The perils of large spreadsheets

Ok, we’ve all been there. What started out as a relatively compact workbook has blossomed into a gargantuan mess that requires calculation set to Manual to change anything, and takes a full minute just to open. It’s not nice, particularly when the workbook in question is one that is relied upon heavily. I “owned”, or should I say “inherited”, one of these a couple of years back, which was used by over a hundred people in a call centre – and loathed by all of them. I didn’t like it much either, as I had to field all the calls and emails asking for it to be “fixed”.

So what to do? In a sense, of course, there’s nothing to fix, as long as everything does recalculate as it should. If not, or worse, if Excel crashes when it’s being used, then there is a problem, which usually warrants a complete redesign. Unfortunately that happens more often than the average user realises. While Excel’s memory management is continually improving with new releases (and the average memory available to it is increasing), you can only push it so far before it gives up the ghost. However, let’s assume for the sake of argument you’re not in that awful place right now. So while there’s nothing broken as such, the performance you’re getting out of it is not what it should be. What can you do to improve it? Here’s a couple of things to try.

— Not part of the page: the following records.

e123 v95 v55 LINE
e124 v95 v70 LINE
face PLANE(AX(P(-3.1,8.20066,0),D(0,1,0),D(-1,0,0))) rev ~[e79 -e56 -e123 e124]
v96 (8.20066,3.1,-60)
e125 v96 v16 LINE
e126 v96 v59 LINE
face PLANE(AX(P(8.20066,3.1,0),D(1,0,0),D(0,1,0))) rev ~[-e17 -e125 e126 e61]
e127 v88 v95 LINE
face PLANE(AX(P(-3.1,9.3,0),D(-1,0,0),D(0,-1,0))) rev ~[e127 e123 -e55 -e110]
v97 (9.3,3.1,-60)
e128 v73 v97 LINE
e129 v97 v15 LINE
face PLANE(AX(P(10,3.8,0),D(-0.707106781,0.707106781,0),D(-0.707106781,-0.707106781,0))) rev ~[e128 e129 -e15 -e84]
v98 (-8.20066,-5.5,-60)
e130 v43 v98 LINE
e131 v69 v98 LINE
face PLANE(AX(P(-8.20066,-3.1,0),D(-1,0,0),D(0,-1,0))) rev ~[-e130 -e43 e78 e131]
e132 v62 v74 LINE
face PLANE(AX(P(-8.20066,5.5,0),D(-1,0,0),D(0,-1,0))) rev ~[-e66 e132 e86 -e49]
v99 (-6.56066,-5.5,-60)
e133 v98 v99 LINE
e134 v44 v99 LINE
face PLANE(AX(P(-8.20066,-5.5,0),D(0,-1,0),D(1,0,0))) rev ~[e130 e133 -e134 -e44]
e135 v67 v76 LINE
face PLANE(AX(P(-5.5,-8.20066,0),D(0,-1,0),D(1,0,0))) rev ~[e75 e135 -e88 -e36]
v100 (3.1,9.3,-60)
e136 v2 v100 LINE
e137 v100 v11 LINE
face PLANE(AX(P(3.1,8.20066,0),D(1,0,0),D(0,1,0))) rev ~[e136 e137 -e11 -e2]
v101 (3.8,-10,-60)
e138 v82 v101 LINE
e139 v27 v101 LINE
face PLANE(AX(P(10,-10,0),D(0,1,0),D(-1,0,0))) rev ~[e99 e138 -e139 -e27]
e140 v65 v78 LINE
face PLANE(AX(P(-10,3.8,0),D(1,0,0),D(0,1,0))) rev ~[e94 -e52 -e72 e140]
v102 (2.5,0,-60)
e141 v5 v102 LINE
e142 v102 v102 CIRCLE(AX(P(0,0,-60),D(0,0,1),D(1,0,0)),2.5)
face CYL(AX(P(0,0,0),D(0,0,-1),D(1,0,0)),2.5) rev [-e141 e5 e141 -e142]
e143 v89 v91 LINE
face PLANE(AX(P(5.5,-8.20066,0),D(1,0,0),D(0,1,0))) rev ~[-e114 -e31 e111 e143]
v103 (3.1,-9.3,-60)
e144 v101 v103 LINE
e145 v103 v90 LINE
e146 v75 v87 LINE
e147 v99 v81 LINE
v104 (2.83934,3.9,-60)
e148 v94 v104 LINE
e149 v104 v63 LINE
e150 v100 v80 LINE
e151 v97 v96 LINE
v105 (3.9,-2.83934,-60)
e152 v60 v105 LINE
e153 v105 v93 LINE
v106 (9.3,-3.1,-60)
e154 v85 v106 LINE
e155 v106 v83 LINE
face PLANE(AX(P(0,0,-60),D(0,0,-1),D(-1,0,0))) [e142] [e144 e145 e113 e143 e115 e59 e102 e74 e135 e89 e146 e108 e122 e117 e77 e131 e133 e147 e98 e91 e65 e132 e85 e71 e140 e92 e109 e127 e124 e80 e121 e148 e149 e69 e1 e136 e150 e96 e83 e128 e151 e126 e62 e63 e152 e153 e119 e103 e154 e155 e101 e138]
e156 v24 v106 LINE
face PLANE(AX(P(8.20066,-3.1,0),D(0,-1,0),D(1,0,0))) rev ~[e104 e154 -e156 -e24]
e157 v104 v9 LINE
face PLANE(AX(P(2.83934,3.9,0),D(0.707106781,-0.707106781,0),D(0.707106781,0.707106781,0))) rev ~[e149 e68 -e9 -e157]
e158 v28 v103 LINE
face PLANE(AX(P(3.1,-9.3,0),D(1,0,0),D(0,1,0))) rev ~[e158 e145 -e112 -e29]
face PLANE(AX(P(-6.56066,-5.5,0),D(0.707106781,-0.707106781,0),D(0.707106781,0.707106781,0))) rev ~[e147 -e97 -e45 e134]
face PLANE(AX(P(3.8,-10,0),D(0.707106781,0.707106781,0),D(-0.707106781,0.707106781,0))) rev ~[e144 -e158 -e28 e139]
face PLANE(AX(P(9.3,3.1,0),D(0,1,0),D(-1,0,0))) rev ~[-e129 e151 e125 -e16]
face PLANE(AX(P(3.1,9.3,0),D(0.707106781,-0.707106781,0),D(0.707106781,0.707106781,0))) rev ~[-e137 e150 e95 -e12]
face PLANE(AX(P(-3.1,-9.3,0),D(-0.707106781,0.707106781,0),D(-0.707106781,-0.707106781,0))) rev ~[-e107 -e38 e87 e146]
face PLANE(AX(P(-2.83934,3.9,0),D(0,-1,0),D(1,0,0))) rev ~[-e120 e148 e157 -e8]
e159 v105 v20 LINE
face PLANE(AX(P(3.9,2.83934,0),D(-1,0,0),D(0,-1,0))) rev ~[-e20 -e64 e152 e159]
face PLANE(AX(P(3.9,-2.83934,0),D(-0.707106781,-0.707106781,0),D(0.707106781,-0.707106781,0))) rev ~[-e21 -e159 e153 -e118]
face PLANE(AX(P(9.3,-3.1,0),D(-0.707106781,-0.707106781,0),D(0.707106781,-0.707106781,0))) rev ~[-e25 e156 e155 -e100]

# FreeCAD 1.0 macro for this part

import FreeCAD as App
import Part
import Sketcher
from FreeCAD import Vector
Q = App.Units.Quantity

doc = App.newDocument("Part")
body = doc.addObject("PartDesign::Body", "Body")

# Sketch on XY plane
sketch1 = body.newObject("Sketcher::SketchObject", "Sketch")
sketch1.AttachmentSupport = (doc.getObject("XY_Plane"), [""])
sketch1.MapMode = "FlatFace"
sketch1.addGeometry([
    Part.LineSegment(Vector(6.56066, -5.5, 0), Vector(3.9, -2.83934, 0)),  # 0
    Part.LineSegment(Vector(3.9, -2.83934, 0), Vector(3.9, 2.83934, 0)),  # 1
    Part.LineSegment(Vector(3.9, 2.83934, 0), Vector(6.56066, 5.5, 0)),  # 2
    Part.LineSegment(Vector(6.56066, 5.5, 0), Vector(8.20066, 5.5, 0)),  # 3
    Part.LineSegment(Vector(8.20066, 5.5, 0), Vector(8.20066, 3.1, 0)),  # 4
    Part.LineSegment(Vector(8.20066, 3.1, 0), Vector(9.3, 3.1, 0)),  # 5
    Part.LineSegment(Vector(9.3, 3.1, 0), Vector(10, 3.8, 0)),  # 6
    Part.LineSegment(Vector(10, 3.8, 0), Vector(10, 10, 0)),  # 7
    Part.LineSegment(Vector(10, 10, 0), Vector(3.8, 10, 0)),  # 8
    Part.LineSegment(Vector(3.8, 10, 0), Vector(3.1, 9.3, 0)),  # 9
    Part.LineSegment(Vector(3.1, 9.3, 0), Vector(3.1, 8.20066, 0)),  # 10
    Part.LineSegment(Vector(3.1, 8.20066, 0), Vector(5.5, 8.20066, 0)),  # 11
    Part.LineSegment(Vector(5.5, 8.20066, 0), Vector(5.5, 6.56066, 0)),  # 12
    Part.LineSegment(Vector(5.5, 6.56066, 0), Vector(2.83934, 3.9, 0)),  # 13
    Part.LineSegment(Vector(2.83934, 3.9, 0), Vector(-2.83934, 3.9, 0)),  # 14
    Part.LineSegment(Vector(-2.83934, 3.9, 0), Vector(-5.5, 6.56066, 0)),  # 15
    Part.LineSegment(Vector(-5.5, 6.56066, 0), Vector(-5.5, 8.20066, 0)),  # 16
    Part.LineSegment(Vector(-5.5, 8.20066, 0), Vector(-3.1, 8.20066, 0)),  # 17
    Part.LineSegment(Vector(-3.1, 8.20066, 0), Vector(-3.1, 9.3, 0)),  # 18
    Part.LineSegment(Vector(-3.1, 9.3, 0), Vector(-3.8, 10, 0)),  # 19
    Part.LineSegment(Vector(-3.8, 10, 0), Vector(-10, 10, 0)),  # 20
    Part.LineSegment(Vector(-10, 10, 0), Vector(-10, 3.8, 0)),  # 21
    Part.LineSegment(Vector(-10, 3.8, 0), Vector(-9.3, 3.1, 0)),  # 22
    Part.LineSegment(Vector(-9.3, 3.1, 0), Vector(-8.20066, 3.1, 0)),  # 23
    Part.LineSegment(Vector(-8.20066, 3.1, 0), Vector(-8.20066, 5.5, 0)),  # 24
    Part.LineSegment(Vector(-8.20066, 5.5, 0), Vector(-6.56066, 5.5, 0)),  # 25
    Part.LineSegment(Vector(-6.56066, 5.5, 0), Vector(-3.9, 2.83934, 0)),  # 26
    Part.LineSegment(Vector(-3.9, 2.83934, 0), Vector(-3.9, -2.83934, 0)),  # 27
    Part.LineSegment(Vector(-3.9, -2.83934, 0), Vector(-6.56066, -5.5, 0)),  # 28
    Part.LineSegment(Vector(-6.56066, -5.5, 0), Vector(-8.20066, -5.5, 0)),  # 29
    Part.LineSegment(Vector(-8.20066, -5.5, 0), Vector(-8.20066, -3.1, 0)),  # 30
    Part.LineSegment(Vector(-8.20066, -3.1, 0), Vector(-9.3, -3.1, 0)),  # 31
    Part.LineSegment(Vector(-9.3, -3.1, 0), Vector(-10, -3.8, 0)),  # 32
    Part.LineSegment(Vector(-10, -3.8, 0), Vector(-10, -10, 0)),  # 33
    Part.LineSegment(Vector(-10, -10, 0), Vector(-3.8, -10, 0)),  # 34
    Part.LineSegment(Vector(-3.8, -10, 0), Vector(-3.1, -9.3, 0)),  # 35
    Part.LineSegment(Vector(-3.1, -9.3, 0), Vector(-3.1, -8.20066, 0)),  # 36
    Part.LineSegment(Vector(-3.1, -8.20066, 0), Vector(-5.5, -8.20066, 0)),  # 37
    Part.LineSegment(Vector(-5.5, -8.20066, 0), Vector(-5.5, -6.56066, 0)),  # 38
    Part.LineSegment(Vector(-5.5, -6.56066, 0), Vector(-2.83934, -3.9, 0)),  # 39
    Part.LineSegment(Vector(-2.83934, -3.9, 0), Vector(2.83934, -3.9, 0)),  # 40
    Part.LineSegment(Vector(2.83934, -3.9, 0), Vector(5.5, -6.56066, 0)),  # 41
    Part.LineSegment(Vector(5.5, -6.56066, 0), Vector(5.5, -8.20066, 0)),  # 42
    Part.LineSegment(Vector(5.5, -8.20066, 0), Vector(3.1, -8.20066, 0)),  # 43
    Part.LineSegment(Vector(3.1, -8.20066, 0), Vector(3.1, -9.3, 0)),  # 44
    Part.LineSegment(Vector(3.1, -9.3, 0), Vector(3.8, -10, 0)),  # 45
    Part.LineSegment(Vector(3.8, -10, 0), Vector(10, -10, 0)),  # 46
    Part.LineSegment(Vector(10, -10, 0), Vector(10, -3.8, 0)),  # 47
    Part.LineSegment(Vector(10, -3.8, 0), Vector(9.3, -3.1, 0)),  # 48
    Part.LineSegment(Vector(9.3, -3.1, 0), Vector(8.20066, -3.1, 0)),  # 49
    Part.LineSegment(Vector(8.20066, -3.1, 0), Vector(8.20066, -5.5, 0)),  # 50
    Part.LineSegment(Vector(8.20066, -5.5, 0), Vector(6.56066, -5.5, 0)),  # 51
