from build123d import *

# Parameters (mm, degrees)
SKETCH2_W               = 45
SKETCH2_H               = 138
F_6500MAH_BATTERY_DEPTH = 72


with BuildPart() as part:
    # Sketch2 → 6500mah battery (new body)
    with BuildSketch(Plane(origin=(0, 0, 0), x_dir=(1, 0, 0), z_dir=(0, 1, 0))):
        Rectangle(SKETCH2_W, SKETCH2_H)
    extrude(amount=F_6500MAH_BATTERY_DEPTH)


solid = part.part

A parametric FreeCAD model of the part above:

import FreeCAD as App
import Part
import Sketcher
from FreeCAD import Vector
Q = App.Units.Quantity

doc = App.newDocument("Part")
params = doc.addObject("Spreadsheet::Sheet", "Params")
for row, (alias, value) in enumerate([
    ("sketch1_width", "45 mm"),
    ("sketch1_height", "138 mm"),
    ("pad1_length", "72 mm"),
], start=1):
    params.set(f"A{row}", alias)
    params.set(f"B{row}", "=" + value)
    params.setAlias(f"B{row}", alias)

body = doc.addObject("PartDesign::Body", "Body")

# Sketch on XZ plane
sketch1 = doc.addObject("Sketcher::SketchObject", "Sketch")
body.addObject(sketch1)
sketch1.AttachmentSupport = (doc.XZ_Plane, [""])
sketch1.MapMode = "FlatFace"
sketch1.addGeometry([
    Part.LineSegment(Vector(-22.5, -69, 0), Vector(-22.5, 69, 0)),
    Part.LineSegment(Vector(-22.5, 69, 0), Vector(22.5, 69, 0)),
    Part.LineSegment(Vector(22.5, 69, 0), Vector(22.5, -69, 0)),
    Part.LineSegment(Vector(22.5, -69, 0), Vector(-22.5, -69, 0)),
], False)
sketch1.addConstraint([
    Sketcher.Constraint("Coincident", 0, 2, 1, 1),
    Sketcher.Constraint("Coincident", 1, 2, 2, 1),
    Sketcher.Constraint("Coincident", 2, 2, 3, 1),
    Sketcher.Constraint("Coincident", 3, 2, 0, 1),
    Sketcher.Constraint("Vertical", 0),
    Sketcher.Constraint("Horizontal", 1),
    Sketcher.Constraint("Vertical", 2),
    Sketcher.Constraint("Horizontal", 3),
    Sketcher.Constraint("Symmetric", 0, 2, 2, 2, -1, 1),
    Sketcher.Constraint("DistanceX", 1, 1, 1, 2, Q("45 mm")),
    Sketcher.Constraint("DistanceY", 0, 1, 0, 2, Q("138 mm")),
])
sketch1.setExpression("Constraints[9]", "Params.sketch1_width")
sketch1.setExpression("Constraints[10]", "Params.sketch1_height")
pad1 = doc.addObject("PartDesign::Pad", "Pad")
body.addObject(pad1)
pad1.Profile = sketch1
pad1.setExpression("Length", "Params.pad1_length")
pad1.Reversed = True

doc.recompute()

  • Cull unnecessary data. There are cases where workbooks (particularly some financial models) do require several sheets with thousands of rows. But it’s worth questioning whether it’s all absolutely necessary. And does everything need to be in the same workbook? It may be that you can get significant gains by splitting the workbook into two or more pieces, which can then be hyperlinked – and by grouping related data this can make for a more user-friendly tool.
  • Re-use the same cache for your pivot tables if you can. Excel will very helpfully prompt you to do just that when it realises you’re about to create a pivot table using the same range or database that forms the cache for another pivot table. It also explains why – you will save memory and your workbook will be smaller. This is almost certainly a good thing. And don’t make the mistake of creating a separate cache for a subset of a previously used range (another common error) – you can always use the whole thing and exclude what you don’t want from within the pivot table after it’s been created.
  • Avoid formula repetition, wherever possible. Too many people take the “Jurassic Park” approach to building formulas, and assume that just because it is possible to do something, they should do it. Not true – here’s an example: =IF(VLOOKUP($M6,$B$2:$H$100,3,FALSE)>AVERAGE($B$2:$B6),

    Now you may ask, what’s wrong with that? Well, look at it from Excel’s point of view:
    Excel: So what do you want me to do?
    You: Well, first look up this thing in the first column of that table, and go along 3 columns from it and get the value there.
    Excel: Got it – easy!
    You: Good. Now take the mean of these numbers here and compare it with the number you just got. If it’s smaller, then look up this thing in the first column of that table, go along 3 columns and get the value there.
    Excel: Wait – you asked me to do that already.
    You: Well now I want you to do it again.
    Excel: OK then – it’s your party.
    You: Right. Now take the mean of these numbers here,…
    Excel: Seriously? I just did that before.
    You: Do it again, and subtract it from the number you just got.
    Excel: Alright – done. What if the number wasn’t smaller?
    You: Well, in that case, look up this thing in this table here…
    Excel: I can feel a migraine coming on…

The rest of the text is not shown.